Deutliche Kritik an der Bundesregierung kam von dem Münchner Anwalt Steffen Ufer, der die LaGrand-Brüder verteidigt hatte und jetzt um das Leben der Apelts kämpft. "Nie und nimmer" hätten die LaGrands sterben müssen, wenn sie anständig verteidigt worden wären. Deutschland habe viel zu lange gezögert, ehe es sich der Sache angenommen habe. "Diese Hilfe kam zu spät, und sie kam auch nur deshalb, weil wir über die Medien massiv Druck gemacht haben", sagte Ufer. Nun erwarte er von der Bundesregierung, dass sie sich mit dem Urteil in der Hand dafür stark mache, die Vollstreckung der Todesstrafe im Fall Riechmanns und der Apelt-Brüder auszusetzen.

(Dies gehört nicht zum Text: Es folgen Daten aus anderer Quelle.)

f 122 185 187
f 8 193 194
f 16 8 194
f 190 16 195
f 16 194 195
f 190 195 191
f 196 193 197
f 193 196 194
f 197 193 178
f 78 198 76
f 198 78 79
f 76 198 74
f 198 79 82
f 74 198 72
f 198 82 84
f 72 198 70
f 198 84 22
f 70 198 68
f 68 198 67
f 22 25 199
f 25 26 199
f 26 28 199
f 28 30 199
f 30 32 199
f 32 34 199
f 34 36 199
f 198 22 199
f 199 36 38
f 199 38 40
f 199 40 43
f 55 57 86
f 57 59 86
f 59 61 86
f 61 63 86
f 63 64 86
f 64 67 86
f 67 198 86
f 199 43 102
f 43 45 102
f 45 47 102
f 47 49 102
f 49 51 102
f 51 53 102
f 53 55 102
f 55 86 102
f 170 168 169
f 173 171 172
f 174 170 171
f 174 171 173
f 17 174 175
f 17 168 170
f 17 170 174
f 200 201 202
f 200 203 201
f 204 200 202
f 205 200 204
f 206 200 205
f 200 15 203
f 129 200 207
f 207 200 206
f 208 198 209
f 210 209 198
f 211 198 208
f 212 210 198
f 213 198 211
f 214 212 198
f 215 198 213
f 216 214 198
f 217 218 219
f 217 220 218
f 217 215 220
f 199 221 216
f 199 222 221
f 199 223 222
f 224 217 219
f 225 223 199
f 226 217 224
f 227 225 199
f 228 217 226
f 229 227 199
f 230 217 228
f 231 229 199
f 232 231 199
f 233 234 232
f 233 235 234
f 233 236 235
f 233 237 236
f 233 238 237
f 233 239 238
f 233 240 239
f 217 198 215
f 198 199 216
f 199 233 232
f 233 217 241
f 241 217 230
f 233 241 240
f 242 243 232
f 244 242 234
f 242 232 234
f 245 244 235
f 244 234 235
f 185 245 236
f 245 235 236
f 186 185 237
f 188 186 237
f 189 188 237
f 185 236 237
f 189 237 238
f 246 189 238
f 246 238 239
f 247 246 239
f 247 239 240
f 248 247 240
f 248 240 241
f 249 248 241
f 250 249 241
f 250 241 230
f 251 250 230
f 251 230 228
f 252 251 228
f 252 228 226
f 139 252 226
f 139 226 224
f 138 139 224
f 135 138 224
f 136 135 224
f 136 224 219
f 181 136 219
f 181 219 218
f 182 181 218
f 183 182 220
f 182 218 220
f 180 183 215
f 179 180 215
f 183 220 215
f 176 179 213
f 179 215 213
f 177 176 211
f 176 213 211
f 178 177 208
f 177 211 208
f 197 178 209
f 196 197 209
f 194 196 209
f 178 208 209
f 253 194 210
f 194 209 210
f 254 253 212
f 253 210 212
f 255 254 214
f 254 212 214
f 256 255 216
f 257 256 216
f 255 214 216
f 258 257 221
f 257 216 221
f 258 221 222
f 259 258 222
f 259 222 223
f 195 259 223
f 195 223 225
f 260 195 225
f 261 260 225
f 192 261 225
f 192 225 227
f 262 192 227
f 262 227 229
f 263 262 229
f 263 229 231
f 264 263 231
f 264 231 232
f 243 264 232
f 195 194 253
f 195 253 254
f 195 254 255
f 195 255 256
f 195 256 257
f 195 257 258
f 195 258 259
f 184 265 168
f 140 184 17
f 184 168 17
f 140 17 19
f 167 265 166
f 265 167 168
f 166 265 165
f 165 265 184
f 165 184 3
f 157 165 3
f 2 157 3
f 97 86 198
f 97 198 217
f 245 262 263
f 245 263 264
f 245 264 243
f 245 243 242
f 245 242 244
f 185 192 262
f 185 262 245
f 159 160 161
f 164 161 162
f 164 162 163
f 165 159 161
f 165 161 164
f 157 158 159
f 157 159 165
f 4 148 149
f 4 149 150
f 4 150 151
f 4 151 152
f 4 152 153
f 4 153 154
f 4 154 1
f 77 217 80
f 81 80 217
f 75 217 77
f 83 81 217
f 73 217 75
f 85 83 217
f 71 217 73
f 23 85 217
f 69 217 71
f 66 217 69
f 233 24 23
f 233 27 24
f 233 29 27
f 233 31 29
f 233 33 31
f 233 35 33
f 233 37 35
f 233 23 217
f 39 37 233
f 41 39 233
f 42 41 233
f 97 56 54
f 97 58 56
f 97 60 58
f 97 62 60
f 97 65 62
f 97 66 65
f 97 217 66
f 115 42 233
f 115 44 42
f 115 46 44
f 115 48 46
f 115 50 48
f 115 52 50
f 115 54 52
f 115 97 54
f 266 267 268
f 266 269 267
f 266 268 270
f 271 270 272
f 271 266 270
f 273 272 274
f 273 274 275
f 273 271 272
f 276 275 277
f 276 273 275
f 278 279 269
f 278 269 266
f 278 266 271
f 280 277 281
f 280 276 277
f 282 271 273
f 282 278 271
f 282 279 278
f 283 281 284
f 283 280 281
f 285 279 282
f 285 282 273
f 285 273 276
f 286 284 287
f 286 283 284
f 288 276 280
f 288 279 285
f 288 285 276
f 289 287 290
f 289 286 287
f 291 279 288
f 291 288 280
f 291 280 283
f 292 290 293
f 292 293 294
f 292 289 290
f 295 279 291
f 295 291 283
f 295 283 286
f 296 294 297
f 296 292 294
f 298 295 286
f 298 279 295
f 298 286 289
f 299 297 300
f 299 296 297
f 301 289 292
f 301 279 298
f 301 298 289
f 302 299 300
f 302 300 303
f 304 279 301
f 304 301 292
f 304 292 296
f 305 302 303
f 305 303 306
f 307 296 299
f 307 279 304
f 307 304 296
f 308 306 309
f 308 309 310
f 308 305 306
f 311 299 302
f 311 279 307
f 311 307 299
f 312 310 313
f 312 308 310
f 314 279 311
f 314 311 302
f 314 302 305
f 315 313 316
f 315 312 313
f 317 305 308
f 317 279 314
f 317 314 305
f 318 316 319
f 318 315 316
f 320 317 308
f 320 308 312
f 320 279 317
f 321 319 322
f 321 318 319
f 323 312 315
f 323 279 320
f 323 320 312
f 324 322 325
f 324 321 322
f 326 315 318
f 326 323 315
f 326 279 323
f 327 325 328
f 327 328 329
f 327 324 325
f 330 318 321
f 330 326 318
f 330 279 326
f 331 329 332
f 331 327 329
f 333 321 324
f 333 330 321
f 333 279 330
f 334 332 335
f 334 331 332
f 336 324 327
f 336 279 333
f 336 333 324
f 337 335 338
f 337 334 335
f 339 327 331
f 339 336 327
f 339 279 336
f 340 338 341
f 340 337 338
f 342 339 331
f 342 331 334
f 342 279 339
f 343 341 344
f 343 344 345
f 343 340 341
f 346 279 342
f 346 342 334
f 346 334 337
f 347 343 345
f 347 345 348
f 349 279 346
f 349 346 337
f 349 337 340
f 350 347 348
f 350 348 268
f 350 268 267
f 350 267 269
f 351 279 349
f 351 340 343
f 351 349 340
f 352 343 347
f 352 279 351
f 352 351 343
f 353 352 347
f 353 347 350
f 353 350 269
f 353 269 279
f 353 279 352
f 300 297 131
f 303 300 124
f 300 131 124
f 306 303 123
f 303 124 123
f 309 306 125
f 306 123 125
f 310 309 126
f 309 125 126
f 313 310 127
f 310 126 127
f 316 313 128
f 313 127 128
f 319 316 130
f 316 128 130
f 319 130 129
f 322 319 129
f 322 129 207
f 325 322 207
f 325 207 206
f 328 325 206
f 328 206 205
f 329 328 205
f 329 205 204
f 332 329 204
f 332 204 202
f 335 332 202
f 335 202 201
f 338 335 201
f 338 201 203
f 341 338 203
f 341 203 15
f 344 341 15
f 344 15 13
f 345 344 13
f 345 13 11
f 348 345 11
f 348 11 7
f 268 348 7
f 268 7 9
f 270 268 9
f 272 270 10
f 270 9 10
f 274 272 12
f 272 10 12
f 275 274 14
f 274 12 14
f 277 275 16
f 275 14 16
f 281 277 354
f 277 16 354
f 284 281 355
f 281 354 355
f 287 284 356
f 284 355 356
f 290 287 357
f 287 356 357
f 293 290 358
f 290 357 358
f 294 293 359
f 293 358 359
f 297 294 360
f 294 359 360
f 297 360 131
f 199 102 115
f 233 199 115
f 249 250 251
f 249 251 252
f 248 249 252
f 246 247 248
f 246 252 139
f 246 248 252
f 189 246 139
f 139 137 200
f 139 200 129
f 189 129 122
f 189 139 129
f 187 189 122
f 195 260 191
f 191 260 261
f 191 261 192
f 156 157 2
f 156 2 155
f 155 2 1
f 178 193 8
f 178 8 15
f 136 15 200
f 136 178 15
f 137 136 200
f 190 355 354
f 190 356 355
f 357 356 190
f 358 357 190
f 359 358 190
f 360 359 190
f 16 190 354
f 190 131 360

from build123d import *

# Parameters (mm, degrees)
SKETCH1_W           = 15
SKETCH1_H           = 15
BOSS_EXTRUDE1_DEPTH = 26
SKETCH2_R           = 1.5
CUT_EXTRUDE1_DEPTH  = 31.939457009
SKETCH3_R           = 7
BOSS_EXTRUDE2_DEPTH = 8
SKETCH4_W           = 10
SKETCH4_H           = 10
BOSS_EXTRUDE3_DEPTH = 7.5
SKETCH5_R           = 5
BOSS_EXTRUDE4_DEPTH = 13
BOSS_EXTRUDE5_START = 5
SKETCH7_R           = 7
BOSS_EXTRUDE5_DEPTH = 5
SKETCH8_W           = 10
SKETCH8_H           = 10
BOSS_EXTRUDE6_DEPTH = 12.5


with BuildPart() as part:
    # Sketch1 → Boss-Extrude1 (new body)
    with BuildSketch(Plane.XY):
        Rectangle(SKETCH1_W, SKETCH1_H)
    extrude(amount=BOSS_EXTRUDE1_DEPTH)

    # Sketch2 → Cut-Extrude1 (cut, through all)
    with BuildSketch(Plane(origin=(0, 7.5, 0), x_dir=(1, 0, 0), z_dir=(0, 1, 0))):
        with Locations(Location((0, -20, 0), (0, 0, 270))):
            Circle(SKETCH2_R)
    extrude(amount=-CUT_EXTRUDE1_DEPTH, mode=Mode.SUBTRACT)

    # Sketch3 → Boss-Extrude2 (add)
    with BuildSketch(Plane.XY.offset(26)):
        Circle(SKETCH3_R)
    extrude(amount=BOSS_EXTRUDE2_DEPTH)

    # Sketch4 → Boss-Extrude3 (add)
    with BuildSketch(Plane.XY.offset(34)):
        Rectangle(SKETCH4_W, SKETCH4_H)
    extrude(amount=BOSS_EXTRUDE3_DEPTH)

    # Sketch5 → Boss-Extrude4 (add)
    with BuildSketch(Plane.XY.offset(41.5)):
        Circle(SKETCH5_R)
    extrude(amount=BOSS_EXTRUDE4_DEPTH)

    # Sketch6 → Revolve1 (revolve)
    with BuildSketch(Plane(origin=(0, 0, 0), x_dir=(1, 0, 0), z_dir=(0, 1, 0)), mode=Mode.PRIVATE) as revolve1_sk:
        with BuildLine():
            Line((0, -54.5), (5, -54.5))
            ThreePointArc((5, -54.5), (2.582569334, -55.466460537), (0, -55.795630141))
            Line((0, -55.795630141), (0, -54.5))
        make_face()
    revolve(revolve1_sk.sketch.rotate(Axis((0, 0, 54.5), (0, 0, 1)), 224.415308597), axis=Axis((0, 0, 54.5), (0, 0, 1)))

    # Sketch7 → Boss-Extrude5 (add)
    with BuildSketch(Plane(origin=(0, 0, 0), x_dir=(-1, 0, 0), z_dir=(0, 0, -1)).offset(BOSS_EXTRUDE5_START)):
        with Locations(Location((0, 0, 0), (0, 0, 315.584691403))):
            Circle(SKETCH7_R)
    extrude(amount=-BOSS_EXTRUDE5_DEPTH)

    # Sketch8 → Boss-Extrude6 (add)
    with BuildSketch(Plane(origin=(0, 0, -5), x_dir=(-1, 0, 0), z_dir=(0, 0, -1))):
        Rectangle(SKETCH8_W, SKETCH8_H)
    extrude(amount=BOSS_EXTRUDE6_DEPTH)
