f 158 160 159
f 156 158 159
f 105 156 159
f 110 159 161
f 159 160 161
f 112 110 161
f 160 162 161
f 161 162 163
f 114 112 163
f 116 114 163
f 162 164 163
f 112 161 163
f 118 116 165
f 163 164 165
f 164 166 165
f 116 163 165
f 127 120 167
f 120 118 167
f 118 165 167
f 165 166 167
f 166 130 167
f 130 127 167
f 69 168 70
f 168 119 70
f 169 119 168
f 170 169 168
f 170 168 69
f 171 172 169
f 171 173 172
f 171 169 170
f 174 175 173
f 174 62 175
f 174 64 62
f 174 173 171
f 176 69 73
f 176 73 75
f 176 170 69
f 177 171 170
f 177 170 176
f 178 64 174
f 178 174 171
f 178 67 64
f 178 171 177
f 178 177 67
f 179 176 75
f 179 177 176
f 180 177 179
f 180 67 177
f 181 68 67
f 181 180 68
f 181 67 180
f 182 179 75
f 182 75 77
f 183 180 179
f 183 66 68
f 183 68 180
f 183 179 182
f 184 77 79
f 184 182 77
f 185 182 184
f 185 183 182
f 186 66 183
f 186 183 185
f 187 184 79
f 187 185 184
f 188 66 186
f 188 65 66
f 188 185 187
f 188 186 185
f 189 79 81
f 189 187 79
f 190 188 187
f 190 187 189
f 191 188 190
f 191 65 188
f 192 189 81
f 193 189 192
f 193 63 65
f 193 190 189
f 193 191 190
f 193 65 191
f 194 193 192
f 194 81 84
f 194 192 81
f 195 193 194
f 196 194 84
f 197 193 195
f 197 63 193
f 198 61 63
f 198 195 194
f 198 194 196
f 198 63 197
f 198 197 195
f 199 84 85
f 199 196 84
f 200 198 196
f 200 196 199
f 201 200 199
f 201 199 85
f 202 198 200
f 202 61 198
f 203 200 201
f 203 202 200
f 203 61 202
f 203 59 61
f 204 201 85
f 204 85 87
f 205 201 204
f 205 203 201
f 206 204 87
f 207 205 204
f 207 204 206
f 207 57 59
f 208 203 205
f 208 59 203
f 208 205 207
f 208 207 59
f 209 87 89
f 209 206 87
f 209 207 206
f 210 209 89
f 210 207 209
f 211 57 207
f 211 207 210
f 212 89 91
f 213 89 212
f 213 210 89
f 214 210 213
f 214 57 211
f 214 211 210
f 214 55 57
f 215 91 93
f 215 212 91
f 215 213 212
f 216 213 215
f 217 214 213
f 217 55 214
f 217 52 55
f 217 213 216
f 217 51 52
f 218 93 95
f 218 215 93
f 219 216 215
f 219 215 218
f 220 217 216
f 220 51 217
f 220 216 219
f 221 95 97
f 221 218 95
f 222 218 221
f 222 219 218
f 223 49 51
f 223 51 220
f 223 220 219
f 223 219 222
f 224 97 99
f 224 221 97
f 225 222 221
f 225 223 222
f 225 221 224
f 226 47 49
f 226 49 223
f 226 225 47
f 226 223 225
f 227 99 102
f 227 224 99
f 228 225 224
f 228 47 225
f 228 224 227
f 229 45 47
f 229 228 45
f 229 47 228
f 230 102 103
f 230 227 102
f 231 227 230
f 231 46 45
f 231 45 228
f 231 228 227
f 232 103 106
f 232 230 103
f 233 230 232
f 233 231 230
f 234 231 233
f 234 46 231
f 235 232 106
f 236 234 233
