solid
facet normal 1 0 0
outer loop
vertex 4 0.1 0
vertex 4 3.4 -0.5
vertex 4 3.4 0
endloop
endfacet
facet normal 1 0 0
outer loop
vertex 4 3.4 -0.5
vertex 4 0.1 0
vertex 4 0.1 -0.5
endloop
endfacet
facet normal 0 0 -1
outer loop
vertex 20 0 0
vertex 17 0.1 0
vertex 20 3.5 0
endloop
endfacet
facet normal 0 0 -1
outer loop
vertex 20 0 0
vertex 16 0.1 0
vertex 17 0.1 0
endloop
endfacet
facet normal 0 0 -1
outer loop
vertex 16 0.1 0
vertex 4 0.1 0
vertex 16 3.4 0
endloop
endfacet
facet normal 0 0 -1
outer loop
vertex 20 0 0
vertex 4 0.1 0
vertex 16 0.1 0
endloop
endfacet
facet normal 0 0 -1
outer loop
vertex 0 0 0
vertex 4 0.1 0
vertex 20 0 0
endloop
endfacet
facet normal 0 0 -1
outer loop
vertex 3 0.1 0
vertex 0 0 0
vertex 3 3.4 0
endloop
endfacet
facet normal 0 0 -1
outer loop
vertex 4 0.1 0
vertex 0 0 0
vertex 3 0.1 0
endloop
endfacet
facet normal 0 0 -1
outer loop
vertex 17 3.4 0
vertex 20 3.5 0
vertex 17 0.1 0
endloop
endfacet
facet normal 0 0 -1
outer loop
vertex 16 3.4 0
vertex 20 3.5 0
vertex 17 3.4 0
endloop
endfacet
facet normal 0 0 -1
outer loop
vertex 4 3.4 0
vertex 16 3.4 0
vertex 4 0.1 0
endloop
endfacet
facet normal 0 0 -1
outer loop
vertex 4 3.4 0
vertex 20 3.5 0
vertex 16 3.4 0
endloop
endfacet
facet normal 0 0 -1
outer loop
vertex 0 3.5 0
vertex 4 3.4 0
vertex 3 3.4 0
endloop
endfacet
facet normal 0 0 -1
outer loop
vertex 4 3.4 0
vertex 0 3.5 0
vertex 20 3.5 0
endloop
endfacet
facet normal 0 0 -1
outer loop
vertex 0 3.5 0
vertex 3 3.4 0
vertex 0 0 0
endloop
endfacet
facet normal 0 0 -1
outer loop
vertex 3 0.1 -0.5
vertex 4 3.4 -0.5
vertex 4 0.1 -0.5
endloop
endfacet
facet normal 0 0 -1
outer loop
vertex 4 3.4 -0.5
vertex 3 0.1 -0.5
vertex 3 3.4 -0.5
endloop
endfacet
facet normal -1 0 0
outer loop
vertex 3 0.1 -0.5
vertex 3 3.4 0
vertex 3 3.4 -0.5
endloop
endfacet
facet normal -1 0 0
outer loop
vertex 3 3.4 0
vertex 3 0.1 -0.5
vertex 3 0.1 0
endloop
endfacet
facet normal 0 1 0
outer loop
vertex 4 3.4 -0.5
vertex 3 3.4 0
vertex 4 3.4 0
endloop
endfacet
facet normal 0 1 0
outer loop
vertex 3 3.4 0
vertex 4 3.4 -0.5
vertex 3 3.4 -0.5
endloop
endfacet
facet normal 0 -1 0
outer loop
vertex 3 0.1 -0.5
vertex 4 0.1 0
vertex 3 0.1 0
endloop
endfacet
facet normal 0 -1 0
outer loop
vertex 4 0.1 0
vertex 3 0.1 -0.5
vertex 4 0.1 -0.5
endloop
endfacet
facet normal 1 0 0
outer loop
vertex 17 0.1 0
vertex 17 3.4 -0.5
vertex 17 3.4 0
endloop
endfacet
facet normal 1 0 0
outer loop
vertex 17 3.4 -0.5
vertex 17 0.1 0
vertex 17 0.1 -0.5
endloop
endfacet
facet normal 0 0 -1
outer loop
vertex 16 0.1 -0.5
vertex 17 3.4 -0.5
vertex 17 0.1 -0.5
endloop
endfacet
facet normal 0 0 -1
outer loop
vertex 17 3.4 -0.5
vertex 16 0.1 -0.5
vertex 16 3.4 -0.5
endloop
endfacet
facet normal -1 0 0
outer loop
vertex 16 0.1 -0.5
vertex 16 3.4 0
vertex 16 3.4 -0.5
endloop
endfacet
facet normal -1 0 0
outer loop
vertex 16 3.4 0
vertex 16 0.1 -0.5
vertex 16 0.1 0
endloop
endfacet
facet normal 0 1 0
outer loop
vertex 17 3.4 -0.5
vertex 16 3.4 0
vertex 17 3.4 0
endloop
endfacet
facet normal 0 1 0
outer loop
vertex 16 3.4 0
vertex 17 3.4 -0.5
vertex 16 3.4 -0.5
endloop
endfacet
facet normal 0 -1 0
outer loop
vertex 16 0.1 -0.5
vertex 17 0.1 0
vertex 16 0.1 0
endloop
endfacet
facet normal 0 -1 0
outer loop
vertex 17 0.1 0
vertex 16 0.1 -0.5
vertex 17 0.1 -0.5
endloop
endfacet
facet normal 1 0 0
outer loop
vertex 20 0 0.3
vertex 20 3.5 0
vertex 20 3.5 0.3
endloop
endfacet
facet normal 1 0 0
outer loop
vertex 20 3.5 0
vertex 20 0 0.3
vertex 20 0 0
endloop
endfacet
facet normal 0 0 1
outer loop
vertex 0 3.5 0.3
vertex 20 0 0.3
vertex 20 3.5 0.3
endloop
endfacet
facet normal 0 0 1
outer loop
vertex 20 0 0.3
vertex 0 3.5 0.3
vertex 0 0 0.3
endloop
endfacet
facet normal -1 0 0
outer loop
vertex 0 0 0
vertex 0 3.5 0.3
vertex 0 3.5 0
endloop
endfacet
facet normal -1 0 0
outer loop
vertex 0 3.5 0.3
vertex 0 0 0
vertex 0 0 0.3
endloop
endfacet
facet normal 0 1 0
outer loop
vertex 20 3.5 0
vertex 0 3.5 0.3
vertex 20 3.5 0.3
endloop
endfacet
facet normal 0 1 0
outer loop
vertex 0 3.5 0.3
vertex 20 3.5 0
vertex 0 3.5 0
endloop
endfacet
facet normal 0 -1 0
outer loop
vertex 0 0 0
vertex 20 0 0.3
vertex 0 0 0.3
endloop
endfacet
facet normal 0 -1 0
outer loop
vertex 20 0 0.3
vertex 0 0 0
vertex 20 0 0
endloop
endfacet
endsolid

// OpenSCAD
// file: global.scad
$fn = 20;

epsilon = 0.005;
epsilon2 = epsilon * 2;

width = 20;
height = 5.5;
depth = 15;
thickness = 0.3;

explode_dist = 10;
// main file
include <global.scad>;

module part4()
{
    color("SaddleBrown")
    {
        cube(size = [width, height - 2, thickness]);
    }
}

module part4_skeleton()
{
    color("SaddleBrown")
    {
        translate([3, 0.1, -0.5]) cube(size = [1, height - 2.2, 0.5]);
        translate([width - 4, 0.1, -0.5]) cube(size = [1, height - 2.2, 0.5]);
    }
}

module part4_2d()
{
    projection() part4();
}

part4();
part4_skeleton();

Die Wiener Konsularrechtskonvention sichert im Ausland verhafteten Straftätern zu, dass ihre Heimatbehörden über den Fall in Kenntnis gesetzt werden. Die USA haben nach Angaben der Haager Richter auf deutschen Druck eine eigene Abteilung für Konsularfragen bei verhafteten Ausländern eingerichtet. Im Auswärtigen Amt hieß es allerdings, dies reiche nicht. Es seien schon wieder rund 20 Fälle bekannt geworden, in denen eine Benachrichtigung unterblieben ist.

Die Brüder LaGrand waren 1984 in Arizona des Mordes an einem Bankgeschäftsführer für schuldig befunden worden. Sie wurden 1999 hingerichtet. Niemand hatte ihnen mitgeteilt, dass sie Anspruch auf konsularischen Rechtsbeistand gehabt hätten. Die deutschen Behörden erfuhren 1992 von dem Fall, doch da waren alle nationalen juristischen Möglichkeiten schon ausgeschöpft. Erst kurz vor dem Hinrichtungstermin erwirkte die Bundesregierung eine IGH-Eilverfügung. Die USA ignorierten sie.

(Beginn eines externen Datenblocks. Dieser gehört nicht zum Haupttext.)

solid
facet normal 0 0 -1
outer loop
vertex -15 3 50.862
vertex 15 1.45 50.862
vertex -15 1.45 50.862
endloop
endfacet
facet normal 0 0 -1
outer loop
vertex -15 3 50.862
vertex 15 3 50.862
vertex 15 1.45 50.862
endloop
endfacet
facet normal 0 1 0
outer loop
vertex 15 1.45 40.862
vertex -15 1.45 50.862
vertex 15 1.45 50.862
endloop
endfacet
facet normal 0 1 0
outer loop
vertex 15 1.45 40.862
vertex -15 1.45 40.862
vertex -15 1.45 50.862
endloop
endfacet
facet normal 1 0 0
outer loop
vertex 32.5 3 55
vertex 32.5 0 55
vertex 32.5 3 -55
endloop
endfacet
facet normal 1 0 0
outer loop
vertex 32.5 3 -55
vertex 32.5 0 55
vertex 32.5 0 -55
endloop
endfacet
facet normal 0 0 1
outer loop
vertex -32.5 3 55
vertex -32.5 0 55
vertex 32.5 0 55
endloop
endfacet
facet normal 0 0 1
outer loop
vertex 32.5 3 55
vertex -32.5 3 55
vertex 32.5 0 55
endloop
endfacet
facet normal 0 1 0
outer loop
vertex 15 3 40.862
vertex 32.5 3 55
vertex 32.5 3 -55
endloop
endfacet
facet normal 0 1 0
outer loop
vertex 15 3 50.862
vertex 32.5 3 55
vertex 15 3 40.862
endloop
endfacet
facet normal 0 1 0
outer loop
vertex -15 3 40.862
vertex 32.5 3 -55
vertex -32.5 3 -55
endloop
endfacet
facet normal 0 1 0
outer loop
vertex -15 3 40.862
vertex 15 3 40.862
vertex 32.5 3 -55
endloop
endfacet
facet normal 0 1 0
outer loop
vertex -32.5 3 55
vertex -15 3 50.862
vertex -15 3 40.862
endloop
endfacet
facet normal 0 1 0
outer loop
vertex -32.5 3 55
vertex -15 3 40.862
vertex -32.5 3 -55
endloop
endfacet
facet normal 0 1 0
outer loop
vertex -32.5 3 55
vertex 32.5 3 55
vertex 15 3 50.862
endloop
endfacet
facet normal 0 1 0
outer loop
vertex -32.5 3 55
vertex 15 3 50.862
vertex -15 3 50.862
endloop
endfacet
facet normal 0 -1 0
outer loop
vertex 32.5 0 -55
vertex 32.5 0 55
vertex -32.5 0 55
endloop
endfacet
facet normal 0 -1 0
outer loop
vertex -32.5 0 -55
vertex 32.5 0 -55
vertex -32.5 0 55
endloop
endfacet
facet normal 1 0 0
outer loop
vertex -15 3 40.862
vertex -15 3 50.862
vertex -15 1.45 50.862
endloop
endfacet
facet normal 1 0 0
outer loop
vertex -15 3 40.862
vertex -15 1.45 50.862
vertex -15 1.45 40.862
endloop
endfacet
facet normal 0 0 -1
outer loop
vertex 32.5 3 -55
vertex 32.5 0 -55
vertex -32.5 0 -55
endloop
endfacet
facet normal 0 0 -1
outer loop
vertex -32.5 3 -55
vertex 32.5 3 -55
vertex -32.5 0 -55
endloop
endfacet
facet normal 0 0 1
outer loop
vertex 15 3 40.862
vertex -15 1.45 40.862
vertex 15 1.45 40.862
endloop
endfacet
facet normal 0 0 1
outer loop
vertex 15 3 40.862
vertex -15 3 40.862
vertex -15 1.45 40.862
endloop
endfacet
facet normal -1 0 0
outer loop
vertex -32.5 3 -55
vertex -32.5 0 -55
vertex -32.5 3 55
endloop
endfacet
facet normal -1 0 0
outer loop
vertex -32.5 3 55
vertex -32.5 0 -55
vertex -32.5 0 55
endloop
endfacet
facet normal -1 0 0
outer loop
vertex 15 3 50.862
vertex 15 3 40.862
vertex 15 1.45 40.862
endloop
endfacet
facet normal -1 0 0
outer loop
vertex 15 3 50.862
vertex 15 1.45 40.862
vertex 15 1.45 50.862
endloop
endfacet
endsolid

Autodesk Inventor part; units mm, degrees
ref_plane "YZ Plane" through (0, 0, 0) normal (1, 0, 0) x (0, 1, 0)
ref_plane "XZ Plane" through (0, 0, 0) normal (0, 1, 0) x (-1, 0, 0)
ref_plane "XY Plane" through (0, 0, 0) normal (0, 0, 1) x (1, 0, 0)
sketch "Sketch1" plane through (0, 0, 0) normal (0, 1, 0) x (-1, 0, 0)
  line L0 (-32.5, -55) -> (32.5, -55)
  line L1 (32.5, -55) -> (32.5, 55)
  line L2 (32.5, 55) -> (-32.5, 55)
  line L3 (-32.5, 55) -> (-32.5, -55)
  line L4 (-32.5, -55) -> (32.5, 55) construction
  line L5 (32.5, -55) -> (-32.5, 55) construction
  point P0 (0, 0)
  dimension "Sliding_Plate_Length" = 65
  dimension "Sliding_Plate_Width" = 110
extrude "Extrusion1" add sketch "Sketch1" along normal blind 3
sketch "Sketch2" plane through (0, 3, 0) normal (0, 1, 0) x (1, 0, 0)
  line L0 (-32.5, 55) -> (-32.5, -55) projected
  line L1 (-32.5, -55) -> (32.5, -55) projected
  line L2 (32.5, -55) -> (32.5, 55) projected
  line L3 (32.5, 55) -> (-32.5, 55) projected
  point P0 (0, 0)
sketch "Sketch3" plane through (0, 3, 0) normal (0, 1, 0) x (1, 0, 0)
  line L0 (15, -50.862) -> (-15, -50.862)
  line L1 (-15, -50.862) -> (-15, -40.862)
  line L2 (-15, -40.862) -> (15, -40.862)
  line L3 (15, -40.862) -> (15, -50.862)
  line L4 (15, -50.862) -> (-15, -40.862) construction
  line L5 (-15, -50.862) -> (15, -40.862) construction
  point P0 (0, 0)
  point P1 (0, -45.862)
  dimension "d6" = 30
  dimension "d7" = 10
extrude "Extrusion2" cut sketch "Sketch3" against normal blind 1.55
properties part number "Rear_Port_Slider"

Der Vorgang hatte zu Verstimmungen im deutsch-amerikanischen Verhältnis geführt. Deutschland drang in der Folge darauf, dass Amerika die Benachrichtigung der betroffenen Häftlinge sicherstellt - schließlich handele es sich um bindendes Völkerrecht. So zog Deutschland gegen Amerika vor Gericht und bekam nun in allen Punkten Recht. Die Bundesregierung begrüßte die Entscheidung. Das Urteil bedeute eine Stärkung der Rechte bei Verhaftungen im Ausland.

Vier Fragen klärten die Richter. Sie stellten zum einen den schon erwähnten Verstoß gegen die Wiener Konvention fest. Ein weiterer Verstoß habe darin gelegen, dass Einwände der LaGrands als verspätet zurückgewiesen wurden. Die Brüder hatten sich auf die Benachrichtigungspflicht zu berufen versucht. Drittens stellten die Richter zum ersten Mal in der Geschichte des Gerichtshofs klar, dass vorläufige Maßnahmen des IGH bindend sind. Und viertens hieß es, dass Urteile gegen Deutsche, die unter Verstoß gegen die Wiener Konvention zustande gekommen sind, auf ihre Gültigkeit hin überprüft werden dürfen. Lauter grundsätzliche Dinge. Den LaGrands können sie nicht mehr helfen.